One thing that surprised me when I worked on a large Ruby codebase was that Active Record (a sort of ORM-ish library) was used, instead of doing the Ruby equivalent of the above. It seems that just because something can be done the more streamlined way, doesn't guarantee that it is done the more streamlined way.
I've always wondered if Java's initial complexity around database interactions lead to complex, heavyweight libraries (such as ORMs and query builders) proliferating not just in Java's ecosystem, but in all programming language ecosystems.
One of my favorite things about the rise of Go is that a lot of the advice in that community seems to be "just use SQL". And having a major player do that seems to give developers permission to "just use SQL" in other languages --- permission they might not have had before, due to long-followed, unquestioned "best practices".
It's also interesting to look back at history and see predictions that didn't pan out. I remember the prediction that all web sites/services would end up being written in super powerful high level scripting languages, because those languages made developers so much more productive. It turns out that never exactly came to pass, because performance continued to matter too much. (Web scale!) But what did happen was lower-level, more performant languages copied features from higher-level languages that make the above streamlined code possible in a language like Go.

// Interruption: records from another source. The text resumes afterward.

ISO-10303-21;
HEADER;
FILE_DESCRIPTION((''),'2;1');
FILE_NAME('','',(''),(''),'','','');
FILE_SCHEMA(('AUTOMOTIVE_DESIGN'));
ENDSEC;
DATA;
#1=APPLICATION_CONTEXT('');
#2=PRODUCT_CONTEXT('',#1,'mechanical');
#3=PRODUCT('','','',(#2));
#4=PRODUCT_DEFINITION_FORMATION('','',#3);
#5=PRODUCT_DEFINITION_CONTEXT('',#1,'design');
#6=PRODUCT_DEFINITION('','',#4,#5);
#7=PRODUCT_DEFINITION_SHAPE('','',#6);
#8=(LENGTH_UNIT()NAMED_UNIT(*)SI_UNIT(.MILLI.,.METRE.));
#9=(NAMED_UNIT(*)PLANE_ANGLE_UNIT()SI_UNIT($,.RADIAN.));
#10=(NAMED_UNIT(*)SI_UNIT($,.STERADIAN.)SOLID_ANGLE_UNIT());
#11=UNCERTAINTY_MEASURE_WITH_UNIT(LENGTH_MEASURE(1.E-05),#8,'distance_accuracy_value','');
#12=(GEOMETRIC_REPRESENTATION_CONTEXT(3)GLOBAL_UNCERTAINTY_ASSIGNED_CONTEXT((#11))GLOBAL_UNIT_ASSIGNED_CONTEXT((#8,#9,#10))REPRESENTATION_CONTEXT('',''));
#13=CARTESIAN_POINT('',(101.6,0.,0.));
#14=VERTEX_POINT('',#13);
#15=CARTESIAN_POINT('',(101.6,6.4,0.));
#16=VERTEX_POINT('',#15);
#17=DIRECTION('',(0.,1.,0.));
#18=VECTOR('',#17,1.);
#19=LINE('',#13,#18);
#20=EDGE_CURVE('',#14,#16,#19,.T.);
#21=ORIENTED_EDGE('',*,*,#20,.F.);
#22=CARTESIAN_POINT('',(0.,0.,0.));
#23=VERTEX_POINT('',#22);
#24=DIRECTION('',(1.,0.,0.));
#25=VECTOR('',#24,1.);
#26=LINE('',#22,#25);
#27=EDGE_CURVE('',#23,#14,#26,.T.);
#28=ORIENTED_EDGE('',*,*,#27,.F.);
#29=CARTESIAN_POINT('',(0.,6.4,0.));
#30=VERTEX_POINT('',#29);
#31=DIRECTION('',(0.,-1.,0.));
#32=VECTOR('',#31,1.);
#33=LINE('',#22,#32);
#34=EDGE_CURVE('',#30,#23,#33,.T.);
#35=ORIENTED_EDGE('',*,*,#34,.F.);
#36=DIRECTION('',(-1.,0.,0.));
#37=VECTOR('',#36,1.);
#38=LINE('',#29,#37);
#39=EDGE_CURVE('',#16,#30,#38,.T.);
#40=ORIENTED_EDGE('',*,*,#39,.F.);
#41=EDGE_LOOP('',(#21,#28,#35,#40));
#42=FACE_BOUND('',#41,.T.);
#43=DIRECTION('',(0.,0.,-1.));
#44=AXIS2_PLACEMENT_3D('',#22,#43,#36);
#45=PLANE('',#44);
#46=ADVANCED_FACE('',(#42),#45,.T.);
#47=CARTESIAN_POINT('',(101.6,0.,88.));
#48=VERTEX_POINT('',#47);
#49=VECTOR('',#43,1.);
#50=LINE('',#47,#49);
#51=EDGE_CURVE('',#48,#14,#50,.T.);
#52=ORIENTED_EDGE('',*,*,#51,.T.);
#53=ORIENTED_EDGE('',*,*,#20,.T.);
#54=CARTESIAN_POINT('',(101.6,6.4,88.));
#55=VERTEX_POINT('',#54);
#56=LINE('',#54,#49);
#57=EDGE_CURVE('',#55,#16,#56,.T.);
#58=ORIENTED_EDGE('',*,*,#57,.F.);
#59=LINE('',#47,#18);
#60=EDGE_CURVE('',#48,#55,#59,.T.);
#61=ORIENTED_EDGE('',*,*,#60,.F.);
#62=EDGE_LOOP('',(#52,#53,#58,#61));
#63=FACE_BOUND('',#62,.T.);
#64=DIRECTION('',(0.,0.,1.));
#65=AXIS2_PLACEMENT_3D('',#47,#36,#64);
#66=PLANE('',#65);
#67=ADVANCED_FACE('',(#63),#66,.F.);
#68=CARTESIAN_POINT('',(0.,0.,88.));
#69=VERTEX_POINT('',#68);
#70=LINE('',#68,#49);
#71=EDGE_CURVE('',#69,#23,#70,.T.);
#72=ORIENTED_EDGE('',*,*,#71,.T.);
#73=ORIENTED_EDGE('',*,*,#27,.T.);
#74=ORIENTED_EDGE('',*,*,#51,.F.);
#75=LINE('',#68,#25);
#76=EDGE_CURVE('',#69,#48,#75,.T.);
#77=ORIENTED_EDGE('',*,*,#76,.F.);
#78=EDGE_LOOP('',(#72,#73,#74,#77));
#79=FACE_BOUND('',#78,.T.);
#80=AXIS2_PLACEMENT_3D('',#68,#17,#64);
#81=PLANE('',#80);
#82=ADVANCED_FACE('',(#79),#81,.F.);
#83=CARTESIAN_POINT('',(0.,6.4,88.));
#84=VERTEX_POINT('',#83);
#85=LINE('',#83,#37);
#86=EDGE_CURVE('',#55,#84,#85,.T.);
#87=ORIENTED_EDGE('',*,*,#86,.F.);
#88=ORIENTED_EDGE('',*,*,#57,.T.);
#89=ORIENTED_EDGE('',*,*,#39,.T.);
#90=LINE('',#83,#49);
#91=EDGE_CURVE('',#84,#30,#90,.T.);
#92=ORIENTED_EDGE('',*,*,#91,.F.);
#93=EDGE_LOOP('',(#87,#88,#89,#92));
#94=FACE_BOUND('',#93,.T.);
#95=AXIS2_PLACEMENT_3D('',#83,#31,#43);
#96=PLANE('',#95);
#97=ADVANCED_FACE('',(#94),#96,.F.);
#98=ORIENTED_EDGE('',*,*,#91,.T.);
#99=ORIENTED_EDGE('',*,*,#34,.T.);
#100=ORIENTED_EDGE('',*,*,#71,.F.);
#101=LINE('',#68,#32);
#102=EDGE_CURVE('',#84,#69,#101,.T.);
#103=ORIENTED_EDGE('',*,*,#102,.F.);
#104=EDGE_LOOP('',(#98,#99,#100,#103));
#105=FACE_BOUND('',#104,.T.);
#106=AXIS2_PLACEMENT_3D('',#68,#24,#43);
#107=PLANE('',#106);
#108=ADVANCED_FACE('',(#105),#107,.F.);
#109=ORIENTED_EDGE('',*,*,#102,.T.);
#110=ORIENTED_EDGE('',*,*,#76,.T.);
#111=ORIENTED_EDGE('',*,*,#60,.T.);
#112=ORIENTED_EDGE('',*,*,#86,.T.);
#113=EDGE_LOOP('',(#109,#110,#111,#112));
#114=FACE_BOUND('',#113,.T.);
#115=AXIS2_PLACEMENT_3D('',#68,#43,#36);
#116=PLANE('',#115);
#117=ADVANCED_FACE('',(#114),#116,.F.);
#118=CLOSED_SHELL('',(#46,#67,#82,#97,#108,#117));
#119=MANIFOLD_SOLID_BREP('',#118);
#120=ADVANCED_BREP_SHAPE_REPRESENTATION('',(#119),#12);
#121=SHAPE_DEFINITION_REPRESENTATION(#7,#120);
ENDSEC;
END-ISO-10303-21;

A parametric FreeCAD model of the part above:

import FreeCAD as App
import Part
import Sketcher

V = App.Vector
Q = App.Units.Quantity


def add_polygon(sketch, points):
    """Adds a closed chain of lines whose ends are joined by coincident constraints."""
    first, n = sketch.GeometryCount, len(points)
    for a, b in zip(points, points[1:] + points[:1]):
        sketch.addGeometry(Part.LineSegment(App.Vector(*a, 0), App.Vector(*b, 0)), False)
    for i in range(n):
        sketch.addConstraint(Sketcher.Constraint("Coincident", first + i, 2, first + (i + 1) % n, 1))

doc = App.newDocument("Part")
params = doc.addObject("Spreadsheet::Sheet", "Params")
for row, (alias, value) in enumerate([
    ("sketch1_width", "101.6 mm"),
    ("sketch1_height", "6.4 mm"),
    ("pad1_length", "88 mm"),
], start=1):
    params.set(f"A{row}", alias)
    params.set(f"B{row}", "=" + value)
    params.setAlias(f"B{row}", alias)

body = doc.addObject("PartDesign::Body", "Body")

sketch1 = body.newObject("Sketcher::SketchObject", "Sketch")
sketch1.AttachmentSupport = (doc.getObject("XY_Plane"), [""])
sketch1.MapMode = "FlatFace"
add_polygon(sketch1, [(0, 6), (0, 0), (102, 0), (102, 6)])
sketch1.addConstraint(Sketcher.Constraint("Vertical", 0))
sketch1.addConstraint(Sketcher.Constraint("Horizontal", 1))
sketch1.addConstraint(Sketcher.Constraint("Vertical", 2))
sketch1.addConstraint(Sketcher.Constraint("Horizontal", 3))
sketch1.addConstraint(Sketcher.Constraint("Coincident", 0, 2, -1, 1))
sketch1.addConstraint(Sketcher.Constraint("DistanceX", 1, 1, 1, 2, Q("101.6 mm")))
sketch1.addConstraint(Sketcher.Constraint("DistanceY", 0, 2, 0, 1, Q("6.4 mm")))
sketch1.setExpression("Constraints[9]", "Params.sketch1_width")
sketch1.setExpression("Constraints[10]", "Params.sketch1_height")
pad1 = body.newObject("PartDesign::Pad", "Pad")
pad1.Profile = sketch1
pad1.setExpression("Length", "Params.pad1_length")

doc.recompute()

So what are those features that more performant languages copied from scripting languages?
- Multiline string literals. Even Java got this feature with version 13 in 2019! Multiline string literals make it easy to paste SQL into your application code: SQL that you got working in a
psql
session. (Pro tip: don’t forget to format your SQL so the next maintainer can read it! With great power comes great responsibility.) - Enough reflection/magic to make automated deserialization possible. Not only do I remember doing column-by-column deserialization in my early Java code, I was doing an easier version of column-by-column deserialization in Go with pgx version 4; but pgx version 5 has taken it to the next level: give pgx your struct and a pgx mapping function, and the deserialization is figured out for you.
As an added bonus, all language ecosystems, static and dynamic, have a lot of accumulated knowledge about what makes RDBMSs easier to interact with, and this keeps getting pushed down into the most basic SQL libraries we interact with. pgx's user-friendly handling of connection pooling and error handling is not unique to Go; but it is a reflection of many years of experience of making database interactions more and more frictionless.
From time to time, it's good to re-assess how we do even the most basic things. When it comes to interacting with Postgres, it may be time to ask yourself: are you doing it in the most streamlined way possible?